Одна большая полоса указывает на минимальную фрагментацию и аналогичные фрагменты ДНК из каждой соответствующей экстракции. Распространенным показателем успеха для извлечения РНК является число целостности РНК, или RIN, со значениями выше восьми, представляющих высокое качество тактовой РНК. Здесь показаны значения RIN извлечения РНК из 13 различных типов тканей неотропических видов летучих мышей, отобранных в четырех различных населенных пунктах.

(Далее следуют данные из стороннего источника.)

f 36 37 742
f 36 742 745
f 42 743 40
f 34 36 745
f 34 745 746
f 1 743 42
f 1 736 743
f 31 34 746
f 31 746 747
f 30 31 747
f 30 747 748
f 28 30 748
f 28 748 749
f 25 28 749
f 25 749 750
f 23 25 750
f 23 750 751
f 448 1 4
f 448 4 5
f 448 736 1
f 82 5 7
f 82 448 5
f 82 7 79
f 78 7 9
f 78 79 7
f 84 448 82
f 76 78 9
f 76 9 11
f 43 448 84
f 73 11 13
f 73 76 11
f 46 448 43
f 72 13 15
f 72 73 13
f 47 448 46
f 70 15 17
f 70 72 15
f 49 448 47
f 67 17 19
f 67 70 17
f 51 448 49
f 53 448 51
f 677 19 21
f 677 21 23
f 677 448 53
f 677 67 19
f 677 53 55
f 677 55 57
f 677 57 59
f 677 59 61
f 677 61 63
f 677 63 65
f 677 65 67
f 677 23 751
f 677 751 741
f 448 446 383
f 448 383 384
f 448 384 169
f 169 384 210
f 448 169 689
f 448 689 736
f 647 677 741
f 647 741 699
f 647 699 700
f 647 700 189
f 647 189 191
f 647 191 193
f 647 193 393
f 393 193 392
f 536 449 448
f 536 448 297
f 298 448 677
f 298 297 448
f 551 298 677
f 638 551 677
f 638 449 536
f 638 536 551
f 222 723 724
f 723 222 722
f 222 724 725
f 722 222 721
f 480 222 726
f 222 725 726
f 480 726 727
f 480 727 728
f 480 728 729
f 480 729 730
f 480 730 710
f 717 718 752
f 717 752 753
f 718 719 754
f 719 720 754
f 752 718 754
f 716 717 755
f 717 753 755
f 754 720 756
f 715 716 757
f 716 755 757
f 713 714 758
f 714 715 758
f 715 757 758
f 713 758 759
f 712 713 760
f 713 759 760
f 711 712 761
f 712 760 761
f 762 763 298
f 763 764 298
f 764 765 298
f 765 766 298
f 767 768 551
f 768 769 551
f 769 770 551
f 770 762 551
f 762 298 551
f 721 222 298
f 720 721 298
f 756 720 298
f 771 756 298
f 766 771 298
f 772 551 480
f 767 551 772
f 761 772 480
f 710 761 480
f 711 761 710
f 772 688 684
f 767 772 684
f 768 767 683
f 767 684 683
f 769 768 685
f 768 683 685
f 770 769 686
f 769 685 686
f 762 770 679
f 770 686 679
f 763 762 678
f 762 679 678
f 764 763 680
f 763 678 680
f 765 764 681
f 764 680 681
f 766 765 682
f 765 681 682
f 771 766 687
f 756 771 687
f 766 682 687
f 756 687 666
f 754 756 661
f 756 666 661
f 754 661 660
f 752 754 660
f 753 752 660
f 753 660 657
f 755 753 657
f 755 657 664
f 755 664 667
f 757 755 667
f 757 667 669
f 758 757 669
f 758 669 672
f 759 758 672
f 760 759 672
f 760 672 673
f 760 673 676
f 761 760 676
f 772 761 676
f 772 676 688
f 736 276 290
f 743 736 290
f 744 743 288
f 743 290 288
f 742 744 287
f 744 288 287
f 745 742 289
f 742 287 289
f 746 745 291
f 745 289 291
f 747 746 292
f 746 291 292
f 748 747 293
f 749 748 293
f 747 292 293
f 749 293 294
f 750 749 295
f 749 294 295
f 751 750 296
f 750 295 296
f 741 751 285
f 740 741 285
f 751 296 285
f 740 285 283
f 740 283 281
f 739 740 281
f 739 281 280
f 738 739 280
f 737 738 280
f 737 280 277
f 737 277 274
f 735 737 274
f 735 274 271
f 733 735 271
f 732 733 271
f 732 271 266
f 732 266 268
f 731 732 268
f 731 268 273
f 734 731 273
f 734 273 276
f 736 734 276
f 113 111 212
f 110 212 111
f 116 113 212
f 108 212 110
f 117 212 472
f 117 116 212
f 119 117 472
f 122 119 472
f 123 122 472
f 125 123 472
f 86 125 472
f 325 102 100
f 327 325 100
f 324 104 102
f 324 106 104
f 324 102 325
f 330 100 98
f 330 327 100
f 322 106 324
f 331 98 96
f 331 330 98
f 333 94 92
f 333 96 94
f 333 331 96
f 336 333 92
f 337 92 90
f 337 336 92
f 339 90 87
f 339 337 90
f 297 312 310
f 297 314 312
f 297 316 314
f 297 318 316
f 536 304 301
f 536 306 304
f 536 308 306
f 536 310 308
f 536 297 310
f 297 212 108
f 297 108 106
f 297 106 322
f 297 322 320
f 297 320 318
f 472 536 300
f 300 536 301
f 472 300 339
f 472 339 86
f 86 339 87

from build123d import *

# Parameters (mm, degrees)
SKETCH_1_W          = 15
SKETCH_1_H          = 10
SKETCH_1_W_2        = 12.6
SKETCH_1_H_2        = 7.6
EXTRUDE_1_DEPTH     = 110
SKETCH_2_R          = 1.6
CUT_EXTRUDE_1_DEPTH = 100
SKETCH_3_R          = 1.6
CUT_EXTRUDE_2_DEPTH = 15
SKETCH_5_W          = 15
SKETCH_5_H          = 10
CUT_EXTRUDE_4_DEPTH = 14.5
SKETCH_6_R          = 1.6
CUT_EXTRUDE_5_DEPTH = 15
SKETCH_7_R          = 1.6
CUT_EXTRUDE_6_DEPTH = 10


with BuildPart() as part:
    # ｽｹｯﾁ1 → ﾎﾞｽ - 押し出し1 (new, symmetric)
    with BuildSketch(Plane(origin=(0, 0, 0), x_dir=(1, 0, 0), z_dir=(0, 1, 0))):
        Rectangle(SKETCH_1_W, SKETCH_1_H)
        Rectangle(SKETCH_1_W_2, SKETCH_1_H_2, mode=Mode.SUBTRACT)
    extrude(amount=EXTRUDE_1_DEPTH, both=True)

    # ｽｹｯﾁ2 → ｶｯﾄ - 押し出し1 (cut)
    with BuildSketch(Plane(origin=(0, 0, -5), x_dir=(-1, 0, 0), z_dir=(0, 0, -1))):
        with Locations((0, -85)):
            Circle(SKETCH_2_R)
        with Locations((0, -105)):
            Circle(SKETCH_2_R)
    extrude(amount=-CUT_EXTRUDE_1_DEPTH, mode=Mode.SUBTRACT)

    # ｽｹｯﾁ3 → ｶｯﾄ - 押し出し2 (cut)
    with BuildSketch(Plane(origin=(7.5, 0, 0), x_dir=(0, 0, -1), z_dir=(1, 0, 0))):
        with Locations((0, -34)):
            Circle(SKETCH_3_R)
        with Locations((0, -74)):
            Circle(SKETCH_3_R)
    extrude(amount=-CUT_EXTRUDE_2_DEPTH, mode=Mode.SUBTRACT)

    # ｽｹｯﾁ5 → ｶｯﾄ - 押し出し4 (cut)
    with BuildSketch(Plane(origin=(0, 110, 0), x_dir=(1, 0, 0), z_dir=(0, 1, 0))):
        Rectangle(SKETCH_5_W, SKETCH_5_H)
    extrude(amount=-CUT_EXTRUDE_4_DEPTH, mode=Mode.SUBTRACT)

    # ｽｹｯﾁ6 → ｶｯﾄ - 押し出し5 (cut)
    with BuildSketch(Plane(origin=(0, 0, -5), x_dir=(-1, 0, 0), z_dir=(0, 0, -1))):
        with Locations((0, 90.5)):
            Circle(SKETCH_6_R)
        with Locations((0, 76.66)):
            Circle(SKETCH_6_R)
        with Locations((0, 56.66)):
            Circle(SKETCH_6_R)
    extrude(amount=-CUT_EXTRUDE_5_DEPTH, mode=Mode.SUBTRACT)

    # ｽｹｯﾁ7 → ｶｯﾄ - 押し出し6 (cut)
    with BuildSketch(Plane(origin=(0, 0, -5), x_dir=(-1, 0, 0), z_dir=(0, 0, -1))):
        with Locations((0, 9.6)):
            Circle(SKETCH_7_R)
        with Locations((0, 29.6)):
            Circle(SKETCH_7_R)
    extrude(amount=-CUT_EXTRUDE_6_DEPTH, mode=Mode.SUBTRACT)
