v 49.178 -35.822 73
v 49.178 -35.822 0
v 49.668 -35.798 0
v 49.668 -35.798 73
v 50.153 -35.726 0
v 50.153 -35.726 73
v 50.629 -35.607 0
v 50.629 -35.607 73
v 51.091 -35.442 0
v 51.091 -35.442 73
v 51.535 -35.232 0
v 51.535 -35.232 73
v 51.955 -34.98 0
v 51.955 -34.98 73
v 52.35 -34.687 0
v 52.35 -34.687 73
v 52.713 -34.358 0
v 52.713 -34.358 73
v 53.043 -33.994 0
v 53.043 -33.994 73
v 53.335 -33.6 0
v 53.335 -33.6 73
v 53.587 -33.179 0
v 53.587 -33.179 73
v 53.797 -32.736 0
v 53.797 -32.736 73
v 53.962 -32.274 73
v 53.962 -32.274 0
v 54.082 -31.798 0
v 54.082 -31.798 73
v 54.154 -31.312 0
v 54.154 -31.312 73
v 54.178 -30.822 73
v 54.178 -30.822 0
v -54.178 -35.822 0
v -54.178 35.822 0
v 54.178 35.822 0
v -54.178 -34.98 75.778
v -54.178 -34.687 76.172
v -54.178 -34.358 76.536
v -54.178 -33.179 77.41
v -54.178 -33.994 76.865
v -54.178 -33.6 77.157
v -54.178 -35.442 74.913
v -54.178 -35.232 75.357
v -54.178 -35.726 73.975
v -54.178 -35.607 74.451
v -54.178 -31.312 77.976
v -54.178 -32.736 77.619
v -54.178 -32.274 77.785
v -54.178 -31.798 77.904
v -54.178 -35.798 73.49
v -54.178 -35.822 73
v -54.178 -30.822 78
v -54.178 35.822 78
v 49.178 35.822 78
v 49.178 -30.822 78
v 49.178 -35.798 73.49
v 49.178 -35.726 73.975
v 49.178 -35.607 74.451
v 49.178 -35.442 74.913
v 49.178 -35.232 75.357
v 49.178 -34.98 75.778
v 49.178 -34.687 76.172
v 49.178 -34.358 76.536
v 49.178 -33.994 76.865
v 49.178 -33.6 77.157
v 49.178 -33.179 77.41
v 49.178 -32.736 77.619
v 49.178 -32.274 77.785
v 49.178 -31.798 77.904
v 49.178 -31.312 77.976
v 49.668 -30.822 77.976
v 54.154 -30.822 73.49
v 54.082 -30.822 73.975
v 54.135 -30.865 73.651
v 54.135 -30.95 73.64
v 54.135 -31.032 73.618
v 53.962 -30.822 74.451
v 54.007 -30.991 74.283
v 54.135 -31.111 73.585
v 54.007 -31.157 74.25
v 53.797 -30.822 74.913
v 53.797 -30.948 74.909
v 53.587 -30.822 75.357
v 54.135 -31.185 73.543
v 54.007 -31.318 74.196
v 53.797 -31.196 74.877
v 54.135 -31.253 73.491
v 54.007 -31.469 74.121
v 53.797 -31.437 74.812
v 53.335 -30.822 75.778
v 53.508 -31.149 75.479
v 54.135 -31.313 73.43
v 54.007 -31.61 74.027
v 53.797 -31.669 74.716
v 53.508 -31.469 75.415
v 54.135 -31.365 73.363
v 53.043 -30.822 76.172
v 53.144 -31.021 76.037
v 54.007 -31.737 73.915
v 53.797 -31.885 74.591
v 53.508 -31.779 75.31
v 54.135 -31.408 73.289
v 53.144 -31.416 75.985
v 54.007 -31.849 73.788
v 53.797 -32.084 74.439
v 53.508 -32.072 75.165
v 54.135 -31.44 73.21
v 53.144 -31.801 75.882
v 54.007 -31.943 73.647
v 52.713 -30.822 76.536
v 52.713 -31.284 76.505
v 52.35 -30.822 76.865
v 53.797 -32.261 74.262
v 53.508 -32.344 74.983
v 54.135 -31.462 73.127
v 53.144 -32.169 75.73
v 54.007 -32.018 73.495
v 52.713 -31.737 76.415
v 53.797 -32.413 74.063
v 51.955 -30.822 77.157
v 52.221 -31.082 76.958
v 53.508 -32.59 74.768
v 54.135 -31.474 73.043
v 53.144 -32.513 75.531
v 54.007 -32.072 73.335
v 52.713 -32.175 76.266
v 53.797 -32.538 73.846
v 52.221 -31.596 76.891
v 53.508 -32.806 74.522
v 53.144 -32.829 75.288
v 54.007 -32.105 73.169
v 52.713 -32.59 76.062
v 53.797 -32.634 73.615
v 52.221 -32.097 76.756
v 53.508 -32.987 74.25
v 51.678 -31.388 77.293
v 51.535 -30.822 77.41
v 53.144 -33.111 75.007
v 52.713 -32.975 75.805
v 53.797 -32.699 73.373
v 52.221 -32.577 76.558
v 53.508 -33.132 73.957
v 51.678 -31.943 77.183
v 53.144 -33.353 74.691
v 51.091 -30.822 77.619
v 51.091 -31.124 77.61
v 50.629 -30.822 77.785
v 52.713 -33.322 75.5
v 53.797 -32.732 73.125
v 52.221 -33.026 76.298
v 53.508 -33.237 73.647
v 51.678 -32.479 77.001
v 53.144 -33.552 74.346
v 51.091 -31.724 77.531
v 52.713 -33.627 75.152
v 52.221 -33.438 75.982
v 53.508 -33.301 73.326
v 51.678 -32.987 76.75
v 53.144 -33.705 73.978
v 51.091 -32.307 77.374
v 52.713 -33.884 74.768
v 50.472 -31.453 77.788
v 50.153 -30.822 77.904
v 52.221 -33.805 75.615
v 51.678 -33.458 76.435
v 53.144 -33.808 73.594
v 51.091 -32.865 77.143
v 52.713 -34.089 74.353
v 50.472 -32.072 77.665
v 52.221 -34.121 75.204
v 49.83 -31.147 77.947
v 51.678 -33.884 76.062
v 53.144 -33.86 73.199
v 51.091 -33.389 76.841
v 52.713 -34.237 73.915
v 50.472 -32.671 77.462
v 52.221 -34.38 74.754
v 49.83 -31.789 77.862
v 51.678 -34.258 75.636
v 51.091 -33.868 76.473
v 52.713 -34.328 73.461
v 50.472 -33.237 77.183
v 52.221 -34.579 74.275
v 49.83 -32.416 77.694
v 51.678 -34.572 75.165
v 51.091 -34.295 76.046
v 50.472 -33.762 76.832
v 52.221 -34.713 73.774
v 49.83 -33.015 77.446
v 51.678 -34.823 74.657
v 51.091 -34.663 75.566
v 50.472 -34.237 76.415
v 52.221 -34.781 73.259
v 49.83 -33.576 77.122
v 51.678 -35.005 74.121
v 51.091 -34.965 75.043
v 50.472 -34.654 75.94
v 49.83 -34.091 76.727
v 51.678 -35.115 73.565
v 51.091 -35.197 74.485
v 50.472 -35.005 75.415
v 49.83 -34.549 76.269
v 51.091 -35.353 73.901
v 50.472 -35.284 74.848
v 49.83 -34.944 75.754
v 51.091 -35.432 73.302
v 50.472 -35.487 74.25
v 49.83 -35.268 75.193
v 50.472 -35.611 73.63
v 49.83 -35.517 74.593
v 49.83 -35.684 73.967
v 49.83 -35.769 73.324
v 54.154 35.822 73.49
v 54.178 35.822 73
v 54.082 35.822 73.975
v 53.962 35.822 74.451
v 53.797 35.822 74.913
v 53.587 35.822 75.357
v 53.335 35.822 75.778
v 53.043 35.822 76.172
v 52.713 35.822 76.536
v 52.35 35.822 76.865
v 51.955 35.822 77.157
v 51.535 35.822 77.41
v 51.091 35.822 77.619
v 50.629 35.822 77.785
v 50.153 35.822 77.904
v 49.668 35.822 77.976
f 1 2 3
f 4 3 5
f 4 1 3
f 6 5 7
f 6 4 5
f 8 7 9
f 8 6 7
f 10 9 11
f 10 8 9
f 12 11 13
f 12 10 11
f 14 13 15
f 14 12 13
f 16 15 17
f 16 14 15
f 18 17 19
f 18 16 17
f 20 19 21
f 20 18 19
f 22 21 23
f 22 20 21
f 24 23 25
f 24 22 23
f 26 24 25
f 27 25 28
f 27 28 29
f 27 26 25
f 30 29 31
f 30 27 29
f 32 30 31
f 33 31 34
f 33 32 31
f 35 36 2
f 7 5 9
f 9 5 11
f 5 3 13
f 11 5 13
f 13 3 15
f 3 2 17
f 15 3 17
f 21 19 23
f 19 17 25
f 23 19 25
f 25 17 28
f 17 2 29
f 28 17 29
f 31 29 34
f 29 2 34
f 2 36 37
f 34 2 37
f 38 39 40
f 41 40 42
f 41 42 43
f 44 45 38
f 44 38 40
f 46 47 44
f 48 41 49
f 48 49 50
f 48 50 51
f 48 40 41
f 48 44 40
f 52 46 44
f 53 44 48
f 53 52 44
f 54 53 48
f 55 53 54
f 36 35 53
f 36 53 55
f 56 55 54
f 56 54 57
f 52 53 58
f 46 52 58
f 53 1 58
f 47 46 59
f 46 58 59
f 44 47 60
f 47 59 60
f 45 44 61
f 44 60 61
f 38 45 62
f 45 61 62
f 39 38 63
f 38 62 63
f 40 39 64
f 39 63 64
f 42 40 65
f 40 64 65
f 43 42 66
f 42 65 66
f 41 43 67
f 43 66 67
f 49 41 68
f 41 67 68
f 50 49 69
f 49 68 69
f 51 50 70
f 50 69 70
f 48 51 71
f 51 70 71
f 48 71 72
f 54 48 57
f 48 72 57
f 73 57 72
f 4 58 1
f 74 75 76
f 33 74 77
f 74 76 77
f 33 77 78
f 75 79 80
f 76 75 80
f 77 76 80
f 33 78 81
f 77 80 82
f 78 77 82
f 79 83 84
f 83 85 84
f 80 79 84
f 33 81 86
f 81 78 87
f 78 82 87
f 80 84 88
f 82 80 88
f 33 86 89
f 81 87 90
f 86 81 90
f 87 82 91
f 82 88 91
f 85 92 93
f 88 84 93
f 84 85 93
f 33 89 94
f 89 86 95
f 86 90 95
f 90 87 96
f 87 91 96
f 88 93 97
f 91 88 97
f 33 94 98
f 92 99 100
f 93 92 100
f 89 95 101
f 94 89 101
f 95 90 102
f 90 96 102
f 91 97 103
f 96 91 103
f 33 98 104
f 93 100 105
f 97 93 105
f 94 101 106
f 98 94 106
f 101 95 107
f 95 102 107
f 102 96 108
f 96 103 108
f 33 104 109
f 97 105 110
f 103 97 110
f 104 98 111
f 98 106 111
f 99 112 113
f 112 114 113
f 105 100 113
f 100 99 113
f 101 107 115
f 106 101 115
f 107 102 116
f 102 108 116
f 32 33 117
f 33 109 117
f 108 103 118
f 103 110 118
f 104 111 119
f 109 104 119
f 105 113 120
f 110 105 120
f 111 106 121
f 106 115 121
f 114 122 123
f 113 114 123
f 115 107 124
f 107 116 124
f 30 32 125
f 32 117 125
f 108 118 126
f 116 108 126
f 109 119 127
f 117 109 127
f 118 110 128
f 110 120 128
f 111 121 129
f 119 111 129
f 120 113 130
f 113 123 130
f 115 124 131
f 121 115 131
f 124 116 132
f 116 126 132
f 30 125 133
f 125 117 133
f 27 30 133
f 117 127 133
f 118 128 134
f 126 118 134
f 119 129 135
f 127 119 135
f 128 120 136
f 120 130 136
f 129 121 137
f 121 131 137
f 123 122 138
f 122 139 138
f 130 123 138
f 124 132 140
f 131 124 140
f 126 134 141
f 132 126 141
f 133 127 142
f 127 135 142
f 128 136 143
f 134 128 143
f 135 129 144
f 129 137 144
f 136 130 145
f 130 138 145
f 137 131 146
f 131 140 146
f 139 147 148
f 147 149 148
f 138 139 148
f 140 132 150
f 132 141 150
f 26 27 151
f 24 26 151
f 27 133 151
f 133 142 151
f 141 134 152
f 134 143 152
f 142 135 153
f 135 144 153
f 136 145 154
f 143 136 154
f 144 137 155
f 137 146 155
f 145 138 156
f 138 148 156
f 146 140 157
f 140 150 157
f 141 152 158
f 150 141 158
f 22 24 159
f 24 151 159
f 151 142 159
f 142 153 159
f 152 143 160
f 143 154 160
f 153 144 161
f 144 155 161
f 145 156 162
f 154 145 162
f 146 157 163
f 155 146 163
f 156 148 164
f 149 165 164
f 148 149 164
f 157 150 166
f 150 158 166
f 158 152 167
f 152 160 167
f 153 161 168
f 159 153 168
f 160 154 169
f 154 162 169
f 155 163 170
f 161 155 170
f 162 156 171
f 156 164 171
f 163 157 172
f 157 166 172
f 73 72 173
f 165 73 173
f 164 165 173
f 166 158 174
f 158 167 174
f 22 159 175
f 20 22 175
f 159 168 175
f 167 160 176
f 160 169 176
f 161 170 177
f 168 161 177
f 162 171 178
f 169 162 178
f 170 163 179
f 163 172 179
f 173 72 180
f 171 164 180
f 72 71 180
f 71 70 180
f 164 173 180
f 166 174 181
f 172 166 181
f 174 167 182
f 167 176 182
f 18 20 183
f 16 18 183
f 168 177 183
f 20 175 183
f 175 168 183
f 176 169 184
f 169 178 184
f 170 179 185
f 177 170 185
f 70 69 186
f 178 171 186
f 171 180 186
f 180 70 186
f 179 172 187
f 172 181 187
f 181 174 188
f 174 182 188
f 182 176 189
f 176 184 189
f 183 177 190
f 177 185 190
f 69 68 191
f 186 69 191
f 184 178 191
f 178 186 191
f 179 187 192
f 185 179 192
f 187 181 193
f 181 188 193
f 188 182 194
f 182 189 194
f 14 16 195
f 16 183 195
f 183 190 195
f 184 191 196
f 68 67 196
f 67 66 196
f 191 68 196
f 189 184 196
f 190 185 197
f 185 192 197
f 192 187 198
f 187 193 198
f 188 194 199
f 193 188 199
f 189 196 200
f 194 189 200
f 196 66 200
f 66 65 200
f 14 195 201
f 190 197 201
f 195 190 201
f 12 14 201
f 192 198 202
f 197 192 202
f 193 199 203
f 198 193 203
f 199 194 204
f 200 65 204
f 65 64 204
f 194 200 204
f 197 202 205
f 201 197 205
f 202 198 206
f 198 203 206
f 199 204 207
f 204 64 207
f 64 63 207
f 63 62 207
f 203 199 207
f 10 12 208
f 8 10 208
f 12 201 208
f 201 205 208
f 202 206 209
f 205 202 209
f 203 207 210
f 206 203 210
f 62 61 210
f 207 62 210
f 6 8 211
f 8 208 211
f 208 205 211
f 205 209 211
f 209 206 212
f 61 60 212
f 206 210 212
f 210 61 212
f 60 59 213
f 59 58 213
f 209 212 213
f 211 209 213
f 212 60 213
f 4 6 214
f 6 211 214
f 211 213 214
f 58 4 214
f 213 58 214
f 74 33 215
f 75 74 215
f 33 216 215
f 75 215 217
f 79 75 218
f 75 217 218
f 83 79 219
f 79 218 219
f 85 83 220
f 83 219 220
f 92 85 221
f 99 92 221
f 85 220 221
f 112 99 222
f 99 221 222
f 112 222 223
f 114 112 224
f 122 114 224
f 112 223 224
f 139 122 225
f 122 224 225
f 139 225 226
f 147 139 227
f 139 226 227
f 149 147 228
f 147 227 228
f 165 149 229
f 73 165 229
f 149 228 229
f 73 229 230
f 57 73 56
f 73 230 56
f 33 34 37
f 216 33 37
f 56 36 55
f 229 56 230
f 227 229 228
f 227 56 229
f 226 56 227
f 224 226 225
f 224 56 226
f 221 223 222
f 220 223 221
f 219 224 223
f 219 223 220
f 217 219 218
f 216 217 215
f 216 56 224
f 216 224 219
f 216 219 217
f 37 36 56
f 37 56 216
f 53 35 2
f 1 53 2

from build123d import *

# Parameters (mm, degrees)
F0_W     = 108.355268
F0_H     = 71.644738
F1_DEPTH = 78
F2_R     = 5


with BuildPart() as f1:
    # F0 (on Top) → F1 (new body)
    with BuildSketch(Plane.XY):
        Rectangle(F0_W, F0_H)
    extrude(amount=F1_DEPTH)

    # F2
    f2_edges = [f1.edges().sort_by_distance(p)[0] for p in [
        (0, -35.822369, 78),
        (54.177634, 0, 78),
        (54.177634, -35.822369, 39),
    ]]
    fillet(f2_edges, radius=F2_R)


solid = f1.part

Ткани, взятые у видов в Тесе, Коста-Рике и Доминиканской Республике, были помещены непосредственно в жидкий азот после замачивания в растворе РНК при четырех градусах цельсия за одну ночь. Ткани, взятые у видов в Амазонии, были помещены в жидкий азот примерно через неделю после размещения раствора стабилизации РНК и непрерывно удерживались на уровне четырех градусов по Цельсию. Даже в таких случаях значения РИН были сопоставимы с значениями, непосредственно помещенными в стабилизирующий раствор РНК и непосредственно в жидкий азот.
Следуя культуре тканей, культуры летучих мышей должны покрывать от 80 до 90% поверхности пластины и поддерживать их первоначальную морфологию. Это является оптимальным этапом для расщепления. После более чем шести проходов, клетки изменят свою морфологию, чтобы стать больше и длиннее, и клетки войдут в сенесценцию.
Яркие скоеяные клетки представляют собой мертвые клетки. Клетки в культуре представляют собой возобновляемый источник материала, как ДНК, РНК и белок. Эти клеточные линии могут быть заморожены, обеспечивая тем самым ресурс, который может быть использован в течение многих лет исследований.
Это позволяет геномных, транскриптомных и функциональных исследований, которые будут сложными с использованием первичных тканей. Например, клетки могут быть модифицированы генетически или химически для наблюдения за воздействием на клеточные фенотипы.